UYGUR HABER VE ARAŞTIRMA MERKEZİ (UYHAM)
Kendisi Doğu Türkistan asıllı bir Uygur akademisyen ve Türkiye’de yaşayan Uygur toplumunun kanaat önderlerinden Prof. Abdulresit Celil Karluk Çin işgalindeki ülkesi Doğu Türkistan’daki mevcut durum hakkında konuştu. Çin’in 2017 yılından başlayarak ülke genelinde açtığı yüzlerce Çin tipi Nazi Toplama kamplarında milyonlarca Uygur,Kazak ve diğer Müslüman Türk halklarını haksız ve hukuksuz olarak hapsettiği açıkladı. Çinli işgalcilerin bu bu uygulamasının esas amacının Doğu Türkistan halkının okumuş aydınları kanaat önderleri, bilim insanları sanatçılar,şair-yazan ve sprocular ile toplumun saygı ve sevgisini kazanmış ve öne çıkmış şahsiyetlerini bu kampların insan sağlığına elverişsiz ortamında yavaş yavaş çürüterek öldürmek olduğunu bildirdi. Prof.Karluk ÇKP yönetiminin Doğu Türkistan’daki tüm Müslüman Türk azınlıkları toptan soykırım politikası ile imha etmek olduğuunu de açıkladı.
Ailemden Haber Alamıyorum
Raportajinda Doğu Türkistan’da yaşayan Ailesinin durumunu de anlatan Karluk, Mart 2017’den beri onlardan tamamen koparıldığını söyledi.Karluk, “Çin’in övündüğü Huawei teknolojisi çağında, Çin’in elinde rehin 90 yaşındaki annemin sesini 1.400 gündur,duyamıyorum.Çünkü.telefon.internet başta tüm iletişim araçlarıni Çin yönetimi Uygurlara yasaklamış ve engellemiş durumda.”çarpıcı sözler ile bu ülkedeki mevcut trajik durumu özetliyor.
Prof.Karluk sözlerini şöyle sürdürüyor : “Aslında ailemle olan bu kopukluk bana özgü bir durum değil. Çin’in Doğu Türkistan bölgesinde Nazi tarzı toplama kampları başlatmasının ardından milyonlarca Uygur Türkü diasporadaki akrabalarıyla iletişimini tamamen kaybetti. Daha sonraki dönemde ise, Çinli işgalcılar yurtdışında akrabaları olanların tamamını suçlu ilan ederek Çin tipi Nazi toplama kamplarına ucu açık olarak hapsetti. Benim de bir erkek kardeşimi 2017’de göz altına alarak Çin toplama kampına hapsetti. Çinli işgalcıler Kardeşime kampta ağır baskı ve işkenceler uyguladığı için çok ağır derecede hastalandı ve sakat kaldı. Kardeşimin tedavi yükünden kurtulmak için Çin yönetimi onu 2018’de ailesine bu sakat halı ile teslim etti. Şu anda genç yaşında olan kardeşim felçli ve bakıma muhtaç durumda.

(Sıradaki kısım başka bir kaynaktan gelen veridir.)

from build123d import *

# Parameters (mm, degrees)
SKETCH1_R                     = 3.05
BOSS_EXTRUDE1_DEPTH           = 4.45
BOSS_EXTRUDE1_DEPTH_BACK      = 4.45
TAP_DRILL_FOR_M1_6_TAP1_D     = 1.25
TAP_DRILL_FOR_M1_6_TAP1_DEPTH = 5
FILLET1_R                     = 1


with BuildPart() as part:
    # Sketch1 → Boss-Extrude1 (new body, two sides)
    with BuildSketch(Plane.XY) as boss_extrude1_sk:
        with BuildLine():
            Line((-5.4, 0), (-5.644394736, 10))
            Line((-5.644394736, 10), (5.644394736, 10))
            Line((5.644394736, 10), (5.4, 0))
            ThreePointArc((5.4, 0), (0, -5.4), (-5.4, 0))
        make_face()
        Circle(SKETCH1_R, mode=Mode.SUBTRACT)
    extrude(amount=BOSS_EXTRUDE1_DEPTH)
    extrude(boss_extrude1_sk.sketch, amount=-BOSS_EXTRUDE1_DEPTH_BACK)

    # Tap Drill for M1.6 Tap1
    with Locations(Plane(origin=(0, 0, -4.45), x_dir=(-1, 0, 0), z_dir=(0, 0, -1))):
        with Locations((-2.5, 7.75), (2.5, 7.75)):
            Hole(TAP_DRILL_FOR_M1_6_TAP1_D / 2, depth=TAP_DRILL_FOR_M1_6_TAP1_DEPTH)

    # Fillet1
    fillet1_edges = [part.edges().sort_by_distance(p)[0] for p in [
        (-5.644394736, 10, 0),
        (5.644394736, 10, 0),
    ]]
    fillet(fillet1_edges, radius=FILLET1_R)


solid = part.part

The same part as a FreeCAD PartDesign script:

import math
import FreeCAD as App
import Part
import Sketcher

V = App.Vector
Q = App.Units.Quantity


def edges_at(feature, points):
    """Names of the edges that pass closest to the given points."""
    edges = feature.Shape.Edges
    near = lambda p: min(range(len(edges)), key=lambda i: edges[i].distToShape(Part.Vertex(*p))[0])
    return sorted({f"Edge{near(p) + 1}" for p in points})

doc = App.newDocument("Part")
body = doc.addObject("PartDesign::Body", "Body")

# Sketch on XY plane
sketch1 = doc.addObject("Sketcher::SketchObject", "Sketch")
body.addObject(sketch1)
sketch1.AttachmentSupport = (doc.XY_Plane, [""])
sketch1.MapMode = "FlatFace"
sketch1.addGeometry([
    Part.LineSegment(V(-5.6, 10, 0), V(-5.4, 0, 0)),  # 0
    Part.ArcOfCircle(Part.Circle(V(0, 0, 0), V(0, 0, 1), 5.4), math.radians(180), math.radians(360)),  # 1
    Part.LineSegment(V(5.4, 0, 0), V(5.6, 10, 0)),  # 2
    Part.LineSegment(V(5.6, 10, 0), V(-5.6, 10, 0)),  # 3
    Part.Circle(V(0, 0, 0), V(0, 0, 1), 3),  # 4
], False)
sketch1.addConstraint([
    Sketcher.Constraint("Coincident", 0, 2, 1, 1),
    Sketcher.Constraint("Coincident", 1, 2, 2, 1),
    Sketcher.Constraint("Coincident", 2, 2, 3, 1),
    Sketcher.Constraint("Coincident", 3, 2, 0, 1),
    Sketcher.Constraint("Horizontal", 3),
    Sketcher.Constraint("Coincident", 1, 3, -1, 1),
    Sketcher.Constraint("Coincident", 4, 3, -1, 1),
    Sketcher.Constraint("PointOnObject", 0, 2, -1),
    Sketcher.Constraint("PointOnObject", 1, 2, -1),
    Sketcher.Constraint("Equal", 0, 2),
    Sketcher.Constraint("Diameter", 4, Q("6.1 mm")),
    Sketcher.Constraint("Radius", 1, Q("5.4 mm")),
    Sketcher.Constraint("DistanceY", -1, 1, 2, 2, Q("10 mm")),
    Sketcher.Constraint("Angle", 0, Q("-88.6 deg")),
])
pad1 = doc.addObject("PartDesign::Pad", "Pad")
body.addObject(pad1)
pad1.Profile = sketch1
pad1.Type = "TwoLengths"
pad1.Length = 4.45
pad1.Length2 = 4.45

# Sketch on XY plane
sketch2 = doc.addObject("Sketcher::SketchObject", "Sketch001")
body.addObject(sketch2)
sketch2.AttachmentSupport = (doc.XY_Plane, [""])
sketch2.MapMode = "FlatFace"
sketch2.AttachmentOffset = App.Placement(V(0, 0, -4.45), App.Rotation())
sketch2.addGeometry([
    Part.Circle(V(2.5, 7.8, 0), V(0, 0, 1), 0.6),
    Part.Circle(V(-2.5, 7.8, 0), V(0, 0, 1), 0.6),
], False)
sketch2.addConstraint([
    Sketcher.Constraint("Equal", 0, 1),
    Sketcher.Constraint("Symmetric", 0, 3, 1, 3, -2),
    Sketcher.Constraint("Diameter", 0, Q("1.25 mm")),
    Sketcher.Constraint("DistanceX", 1, 3, 0, 3, Q("5 mm")),
    Sketcher.Constraint("DistanceY", -1, 1, 0, 3, Q("7.75 mm")),
])
doc.recompute()
hole = doc.addObject("PartDesign::Hole", "Hole")
body.addObject(hole)
hole.Profile = sketch2
hole.ThreadType = "None"
hole.Diameter = 1.25
hole.DepthType = "Dimension"
hole.Depth = 5
hole.DrillPoint = "Flat"
hole.Reversed = True
doc.recompute()

fillet = doc.addObject("PartDesign::Fillet", "Fillet")
body.addObject(fillet)
fillet.Base = (hole, edges_at(hole, [(-5.644, 10, 0), (5.644, 10, 0)]))
fillet.Radius = 1

doc.recompute()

“Daha sonra, Ankara’daki Çin Büyükelçiliği tarafından diğer bir kardeşimin de bu Toplama kamplarından birine hapsedildiğine dair teyit haberini aldım. Kardeşlerimin hapse atılması veya Toplama kamplarına kapatılmasına gerekçe olabilecek iddia veya suçlamalar hakkında hiçbir bilgim yok.”

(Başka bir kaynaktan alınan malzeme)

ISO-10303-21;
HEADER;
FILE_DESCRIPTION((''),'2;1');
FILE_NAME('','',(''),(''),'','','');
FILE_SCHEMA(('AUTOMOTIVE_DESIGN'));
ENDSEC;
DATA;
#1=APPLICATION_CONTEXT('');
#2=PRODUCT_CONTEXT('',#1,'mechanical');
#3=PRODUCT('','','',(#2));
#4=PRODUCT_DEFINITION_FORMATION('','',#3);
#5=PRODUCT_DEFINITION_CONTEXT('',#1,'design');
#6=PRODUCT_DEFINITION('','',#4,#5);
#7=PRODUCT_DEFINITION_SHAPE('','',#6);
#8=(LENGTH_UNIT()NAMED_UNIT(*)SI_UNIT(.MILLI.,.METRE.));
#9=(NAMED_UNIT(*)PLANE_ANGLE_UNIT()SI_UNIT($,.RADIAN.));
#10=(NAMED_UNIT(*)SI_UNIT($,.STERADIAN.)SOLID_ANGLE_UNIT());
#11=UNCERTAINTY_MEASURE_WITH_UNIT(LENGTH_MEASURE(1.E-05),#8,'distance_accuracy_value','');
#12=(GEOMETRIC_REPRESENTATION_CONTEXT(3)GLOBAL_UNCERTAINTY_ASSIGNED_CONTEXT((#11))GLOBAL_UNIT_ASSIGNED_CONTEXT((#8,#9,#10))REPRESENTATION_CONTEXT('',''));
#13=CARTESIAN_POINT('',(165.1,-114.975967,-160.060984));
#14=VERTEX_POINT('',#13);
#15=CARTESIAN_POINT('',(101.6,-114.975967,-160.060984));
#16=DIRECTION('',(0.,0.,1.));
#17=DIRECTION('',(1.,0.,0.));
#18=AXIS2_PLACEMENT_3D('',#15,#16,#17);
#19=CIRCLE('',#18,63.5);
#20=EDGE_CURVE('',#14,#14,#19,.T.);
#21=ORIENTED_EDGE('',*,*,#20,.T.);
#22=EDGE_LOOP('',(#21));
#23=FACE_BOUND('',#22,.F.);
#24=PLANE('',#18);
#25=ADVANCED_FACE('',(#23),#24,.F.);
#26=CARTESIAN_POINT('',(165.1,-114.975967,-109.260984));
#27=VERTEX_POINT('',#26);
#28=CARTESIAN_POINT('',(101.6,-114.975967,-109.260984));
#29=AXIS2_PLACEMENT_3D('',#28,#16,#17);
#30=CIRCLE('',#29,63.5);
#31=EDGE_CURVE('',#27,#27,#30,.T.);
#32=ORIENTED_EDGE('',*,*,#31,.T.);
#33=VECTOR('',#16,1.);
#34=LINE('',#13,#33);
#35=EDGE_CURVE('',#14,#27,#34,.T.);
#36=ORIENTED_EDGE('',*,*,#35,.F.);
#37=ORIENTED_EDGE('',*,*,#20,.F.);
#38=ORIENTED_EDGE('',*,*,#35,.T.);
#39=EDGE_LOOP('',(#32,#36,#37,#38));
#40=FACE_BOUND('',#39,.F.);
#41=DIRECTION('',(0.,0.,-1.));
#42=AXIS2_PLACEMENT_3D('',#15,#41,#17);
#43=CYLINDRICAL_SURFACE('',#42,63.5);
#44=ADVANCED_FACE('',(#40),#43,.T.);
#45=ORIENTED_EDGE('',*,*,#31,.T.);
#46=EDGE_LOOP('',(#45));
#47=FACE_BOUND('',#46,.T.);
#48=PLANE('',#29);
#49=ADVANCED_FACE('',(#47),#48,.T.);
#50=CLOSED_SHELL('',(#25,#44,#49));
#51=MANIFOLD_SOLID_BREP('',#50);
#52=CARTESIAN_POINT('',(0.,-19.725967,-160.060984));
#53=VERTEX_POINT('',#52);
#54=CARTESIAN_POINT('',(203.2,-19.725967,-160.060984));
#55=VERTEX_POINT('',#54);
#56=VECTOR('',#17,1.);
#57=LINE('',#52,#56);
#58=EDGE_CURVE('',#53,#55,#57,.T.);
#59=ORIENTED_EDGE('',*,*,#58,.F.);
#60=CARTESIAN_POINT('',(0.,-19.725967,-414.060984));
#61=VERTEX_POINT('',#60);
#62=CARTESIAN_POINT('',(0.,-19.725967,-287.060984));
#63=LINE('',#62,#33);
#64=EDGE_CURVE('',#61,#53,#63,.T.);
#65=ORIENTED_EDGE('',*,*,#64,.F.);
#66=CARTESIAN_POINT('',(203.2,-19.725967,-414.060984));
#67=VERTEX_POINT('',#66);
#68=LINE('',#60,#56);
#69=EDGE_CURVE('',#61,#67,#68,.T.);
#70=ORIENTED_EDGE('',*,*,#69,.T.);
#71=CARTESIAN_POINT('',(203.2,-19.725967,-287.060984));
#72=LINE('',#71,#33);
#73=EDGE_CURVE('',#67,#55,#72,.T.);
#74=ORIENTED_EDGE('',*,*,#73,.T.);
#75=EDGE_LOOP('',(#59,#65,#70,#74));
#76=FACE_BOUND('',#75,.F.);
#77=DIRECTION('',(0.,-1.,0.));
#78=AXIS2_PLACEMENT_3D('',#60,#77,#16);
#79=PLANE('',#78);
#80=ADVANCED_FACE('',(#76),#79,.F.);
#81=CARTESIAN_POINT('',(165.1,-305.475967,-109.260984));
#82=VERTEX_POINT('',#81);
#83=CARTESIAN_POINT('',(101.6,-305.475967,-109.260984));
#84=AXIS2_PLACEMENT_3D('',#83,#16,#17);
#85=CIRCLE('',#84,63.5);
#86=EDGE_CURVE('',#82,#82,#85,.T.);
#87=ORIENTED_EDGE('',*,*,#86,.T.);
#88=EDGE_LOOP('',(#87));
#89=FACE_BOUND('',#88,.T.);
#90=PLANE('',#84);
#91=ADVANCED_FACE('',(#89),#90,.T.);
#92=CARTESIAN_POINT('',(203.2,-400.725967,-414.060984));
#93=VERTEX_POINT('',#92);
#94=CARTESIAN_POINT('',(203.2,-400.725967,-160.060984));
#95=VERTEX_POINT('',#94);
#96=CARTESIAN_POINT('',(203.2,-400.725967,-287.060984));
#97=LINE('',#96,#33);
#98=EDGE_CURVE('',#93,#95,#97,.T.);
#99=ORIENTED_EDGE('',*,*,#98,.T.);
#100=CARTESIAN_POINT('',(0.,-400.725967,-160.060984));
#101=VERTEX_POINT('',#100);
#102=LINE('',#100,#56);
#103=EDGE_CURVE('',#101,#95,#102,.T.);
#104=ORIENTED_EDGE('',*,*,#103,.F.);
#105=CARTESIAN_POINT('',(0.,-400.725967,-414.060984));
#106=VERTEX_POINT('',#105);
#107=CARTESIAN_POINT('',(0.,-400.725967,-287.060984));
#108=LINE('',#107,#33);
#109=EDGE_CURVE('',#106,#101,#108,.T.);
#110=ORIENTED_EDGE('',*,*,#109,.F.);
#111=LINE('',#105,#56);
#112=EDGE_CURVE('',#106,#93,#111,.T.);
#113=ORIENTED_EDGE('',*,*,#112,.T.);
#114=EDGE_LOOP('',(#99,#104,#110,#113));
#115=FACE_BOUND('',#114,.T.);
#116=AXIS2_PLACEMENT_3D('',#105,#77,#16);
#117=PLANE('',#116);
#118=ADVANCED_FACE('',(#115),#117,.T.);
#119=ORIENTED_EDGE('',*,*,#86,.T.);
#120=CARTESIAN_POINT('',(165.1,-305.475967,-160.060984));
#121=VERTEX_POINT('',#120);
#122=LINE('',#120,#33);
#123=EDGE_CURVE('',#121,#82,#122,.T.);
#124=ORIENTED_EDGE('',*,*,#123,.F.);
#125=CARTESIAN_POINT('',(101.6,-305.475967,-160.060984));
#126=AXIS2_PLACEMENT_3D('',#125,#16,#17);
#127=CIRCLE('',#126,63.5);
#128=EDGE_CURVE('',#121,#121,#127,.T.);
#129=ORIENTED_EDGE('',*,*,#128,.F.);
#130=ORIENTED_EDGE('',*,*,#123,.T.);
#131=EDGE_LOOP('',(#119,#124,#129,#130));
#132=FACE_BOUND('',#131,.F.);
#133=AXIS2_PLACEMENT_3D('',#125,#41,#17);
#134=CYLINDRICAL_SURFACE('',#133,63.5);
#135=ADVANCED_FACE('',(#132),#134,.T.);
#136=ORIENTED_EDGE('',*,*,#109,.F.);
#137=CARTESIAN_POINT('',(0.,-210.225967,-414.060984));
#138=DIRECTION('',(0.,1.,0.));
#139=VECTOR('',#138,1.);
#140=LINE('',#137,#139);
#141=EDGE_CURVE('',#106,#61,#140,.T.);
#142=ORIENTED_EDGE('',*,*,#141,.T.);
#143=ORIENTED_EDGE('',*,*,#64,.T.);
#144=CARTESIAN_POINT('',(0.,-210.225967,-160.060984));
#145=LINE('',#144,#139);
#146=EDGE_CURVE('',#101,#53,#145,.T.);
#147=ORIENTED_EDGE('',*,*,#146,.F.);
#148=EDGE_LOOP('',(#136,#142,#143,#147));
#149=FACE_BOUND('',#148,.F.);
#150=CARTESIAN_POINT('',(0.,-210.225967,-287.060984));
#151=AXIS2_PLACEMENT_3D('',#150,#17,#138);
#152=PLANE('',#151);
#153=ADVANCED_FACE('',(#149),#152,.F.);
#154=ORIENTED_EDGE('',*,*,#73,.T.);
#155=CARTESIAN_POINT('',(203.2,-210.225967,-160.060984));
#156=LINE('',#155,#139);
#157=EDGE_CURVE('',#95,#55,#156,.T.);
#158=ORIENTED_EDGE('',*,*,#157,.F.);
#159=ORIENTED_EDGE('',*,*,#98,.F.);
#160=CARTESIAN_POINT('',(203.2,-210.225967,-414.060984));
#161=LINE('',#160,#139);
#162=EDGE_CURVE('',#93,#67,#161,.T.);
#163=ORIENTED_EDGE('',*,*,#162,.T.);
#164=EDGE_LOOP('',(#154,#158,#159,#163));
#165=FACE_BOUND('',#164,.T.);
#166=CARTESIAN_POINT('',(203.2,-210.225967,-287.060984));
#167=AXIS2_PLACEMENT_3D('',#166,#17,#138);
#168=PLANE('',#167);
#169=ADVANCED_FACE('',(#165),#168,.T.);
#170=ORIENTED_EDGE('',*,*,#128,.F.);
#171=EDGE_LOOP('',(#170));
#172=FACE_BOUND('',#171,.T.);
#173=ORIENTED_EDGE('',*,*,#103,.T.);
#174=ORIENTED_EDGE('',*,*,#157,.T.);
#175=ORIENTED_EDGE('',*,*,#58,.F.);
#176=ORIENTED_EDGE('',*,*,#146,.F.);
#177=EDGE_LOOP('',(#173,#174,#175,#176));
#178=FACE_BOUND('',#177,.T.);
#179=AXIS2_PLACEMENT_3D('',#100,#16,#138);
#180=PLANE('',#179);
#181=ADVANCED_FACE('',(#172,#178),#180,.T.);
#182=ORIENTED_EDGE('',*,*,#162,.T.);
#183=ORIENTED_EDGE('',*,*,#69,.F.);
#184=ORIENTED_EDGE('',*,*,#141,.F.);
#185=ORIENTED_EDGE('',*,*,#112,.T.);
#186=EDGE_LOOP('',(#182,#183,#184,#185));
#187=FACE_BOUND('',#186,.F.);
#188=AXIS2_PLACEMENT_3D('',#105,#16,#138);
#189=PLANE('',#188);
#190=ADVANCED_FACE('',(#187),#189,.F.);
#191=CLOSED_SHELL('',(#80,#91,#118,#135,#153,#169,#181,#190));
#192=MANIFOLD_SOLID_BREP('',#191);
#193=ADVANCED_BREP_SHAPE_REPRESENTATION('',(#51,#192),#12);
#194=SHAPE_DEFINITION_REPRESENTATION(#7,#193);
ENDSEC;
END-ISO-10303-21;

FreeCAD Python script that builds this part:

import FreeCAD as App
import Part
import Sketcher
from FreeCAD import Vector
Q = App.Units.Quantity

doc = App.newDocument("Part")
params = doc.addObject("Spreadsheet::Sheet", "Params")
for row, (alias, value) in enumerate([
    ("sketch1_width", "15 in"),
    ("sketch1_height", "10 in"),
    ("pad1_length", "8 in"),
    ("sketch2_diameter", "5 in"),
    ("pad2_length", "2 in"),
    ("sketch3_diameter", "1 in"),
    ("pad3_length", "6 in"),
    ("sketch4_diameter", "5 in"),
    ("pad4_length", "2 in"),
], start=1):
    params.set(f"A{row}", alias)
    params.set(f"B{row}", "=" + value)
    params.setAlias(f"B{row}", alias)

body = doc.addObject("PartDesign::Body", "Body")

sketch1 = body.newObject("Sketcher::SketchObject", "Sketch")
sketch1.AttachmentSupport = (doc.getObject("YZ_Plane"), [""])
sketch1.MapMode = "FlatFace"
sketch1.addGeometry([
    Part.LineSegment(Vector(-400.725967, -160.060984, 0), Vector(-400.725967, -414.060984, 0)),
    Part.LineSegment(Vector(-400.725967, -414.060984, 0), Vector(-19.725967, -414.060984, 0)),
    Part.LineSegment(Vector(-19.725967, -414.060984, 0), Vector(-19.725967, -160.060984, 0)),
    Part.LineSegment(Vector(-19.725967, -160.060984, 0), Vector(-400.725967, -160.060984, 0)),
], False)
sketch1.addConstraint([
    Sketcher.Constraint("Coincident", 0, 2, 1, 1),
    Sketcher.Constraint("Coincident", 1, 2, 2, 1),
    Sketcher.Constraint("Coincident", 2, 2, 3, 1),
    Sketcher.Constraint("Coincident", 3, 2, 0, 1),
    Sketcher.Constraint("Vertical", 0),
    Sketcher.Constraint("Horizontal", 1),
    Sketcher.Constraint("Vertical", 2),
    Sketcher.Constraint("Horizontal", 3),
    Sketcher.Constraint("DistanceX", 1, 1, 1, 2, Q("15 in")),
    Sketcher.Constraint("DistanceY", 0, 2, 0, 1, Q("10 in")),
    Sketcher.Constraint("DistanceX", 0, 2, -1, 1, 400.725967),
    Sketcher.Constraint("DistanceY", 0, 2, -1, 1, 414.060984),
])
sketch1.setExpression("Constraints[8]", "Params.sketch1_width")
sketch1.setExpression("Constraints[9]", "Params.sketch1_height")
pad1 = body.newObject("PartDesign::Pad", "Pad")
pad1.Profile = sketch1
pad1.setExpression("Length", "Params.pad1_length")

sketch2 = body.newObject("Sketcher::SketchObject", "Sketch001")
sketch2.AttachmentSupport = (doc.getObject("XY_Plane"), [""])
sketch2.MapMode = "FlatFace"
sketch2.AttachmentOffset = App.Placement(Vector(0, 0, -160.060984), App.Rotation())
sketch2.addGeometry(Part.Circle(Vector(101.6, -305.475967, 0), Vector(0, 0, 1), 63.5), False)
sketch2.addConstraint([
    Sketcher.Constraint("Diameter", 0, Q("5 in")),
    Sketcher.Constraint("DistanceX", -1, 1, 0, 3, Q("4 in")),
    Sketcher.Constraint("DistanceY", 0, 3, -1, 1, 305.475967),
])
sketch2.setExpression("Constraints[0]", "Params.sketch2_diameter")
pad2 = body.newObject("PartDesign::Pad", "Pad001")
pad2.Profile = sketch2
pad2.setExpression("Length", "Params.pad2_length")

sketch3 = body.newObject("Sketcher::SketchObject", "Sketch002")
sketch3.AttachmentSupport = (doc.getObject("XY_Plane"), [""])
sketch3.MapMode = "FlatFace"
sketch3.AttachmentOffset = App.Placement(Vector(0, 0, -414.060984), App.Rotation())
sketch3.addGeometry(Part.Circle(Vector(101.6, -210.225967, 0), Vector(0, 0, 1), 12.7), False)
sketch3.addConstraint([
    Sketcher.Constraint("Diameter", 0, Q("1 in")),
    Sketcher.Constraint("DistanceX", -1, 1, 0, 3, Q("4 in")),
    Sketcher.Constraint("DistanceY", 0, 3, -1, 1, 210.225967),
])
sketch3.setExpression("Constraints[0]", "Params.sketch3_diameter")
pad3 = body.newObject("PartDesign::Pad", "Pad002")
pad3.Profile = sketch3
pad3.setExpression("Length", "Params.pad3_length")
body2 = doc.addObject("PartDesign::Body", "Body001")

sketch4 = body2.newObject("Sketcher::SketchObject", "Sketch003")
sketch4.AttachmentSupport = (doc.getObject("XY_Plane001"), [""])
sketch4.MapMode = "FlatFace"
sketch4.AttachmentOffset = App.Placement(Vector(0, 0, -160.060984), App.Rotation())
sketch4.addGeometry(Part.Circle(Vector(101.6, -114.975967, 0), Vector(0, 0, 1), 63.5), False)
sketch4.addConstraint([
    Sketcher.Constraint("Diameter", 0, Q("5 in")),
    Sketcher.Constraint("DistanceX", -1, 1, 0, 3, Q("4 in")),
    Sketcher.Constraint("DistanceY", 0, 3, -1, 1, 114.975967),
])
sketch4.setExpression("Constraints[0]", "Params.sketch4_diameter")
pad4 = body2.newObject("PartDesign::Pad", "Pad003")
pad4.Profile = sketch4
pad4.setExpression("Length", "Params.pad4_length")

doc.recompute()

Prof. Karluk, Çin Büyükelçiliği’ne ailesinin, özellikle de annesinin durumuyla ilgili birçok mektup yazdığını belirterek ” Çin Büyükelçiliği, Sorularıma cevap vermediler. Ancak Ankara’da çalıştığım Üniversite Rektörlüğü aracılığıyla bana dolaylı olarak mektup gönderdiler. Görünüşe göre büyükelçilik personeli, Çin’in eski diplomatik ritüelleri ve görgü kuralları olmasına rağmen Türkiye’deki Uygurlara karşı uygun ve insani bir şekilde davranmamaktadır.Bu durum ise Ülkesinin imajını zedeleyecek ,tepeden bakan ikircikli çok kibirli davranış olduğu açıktır.” dedi.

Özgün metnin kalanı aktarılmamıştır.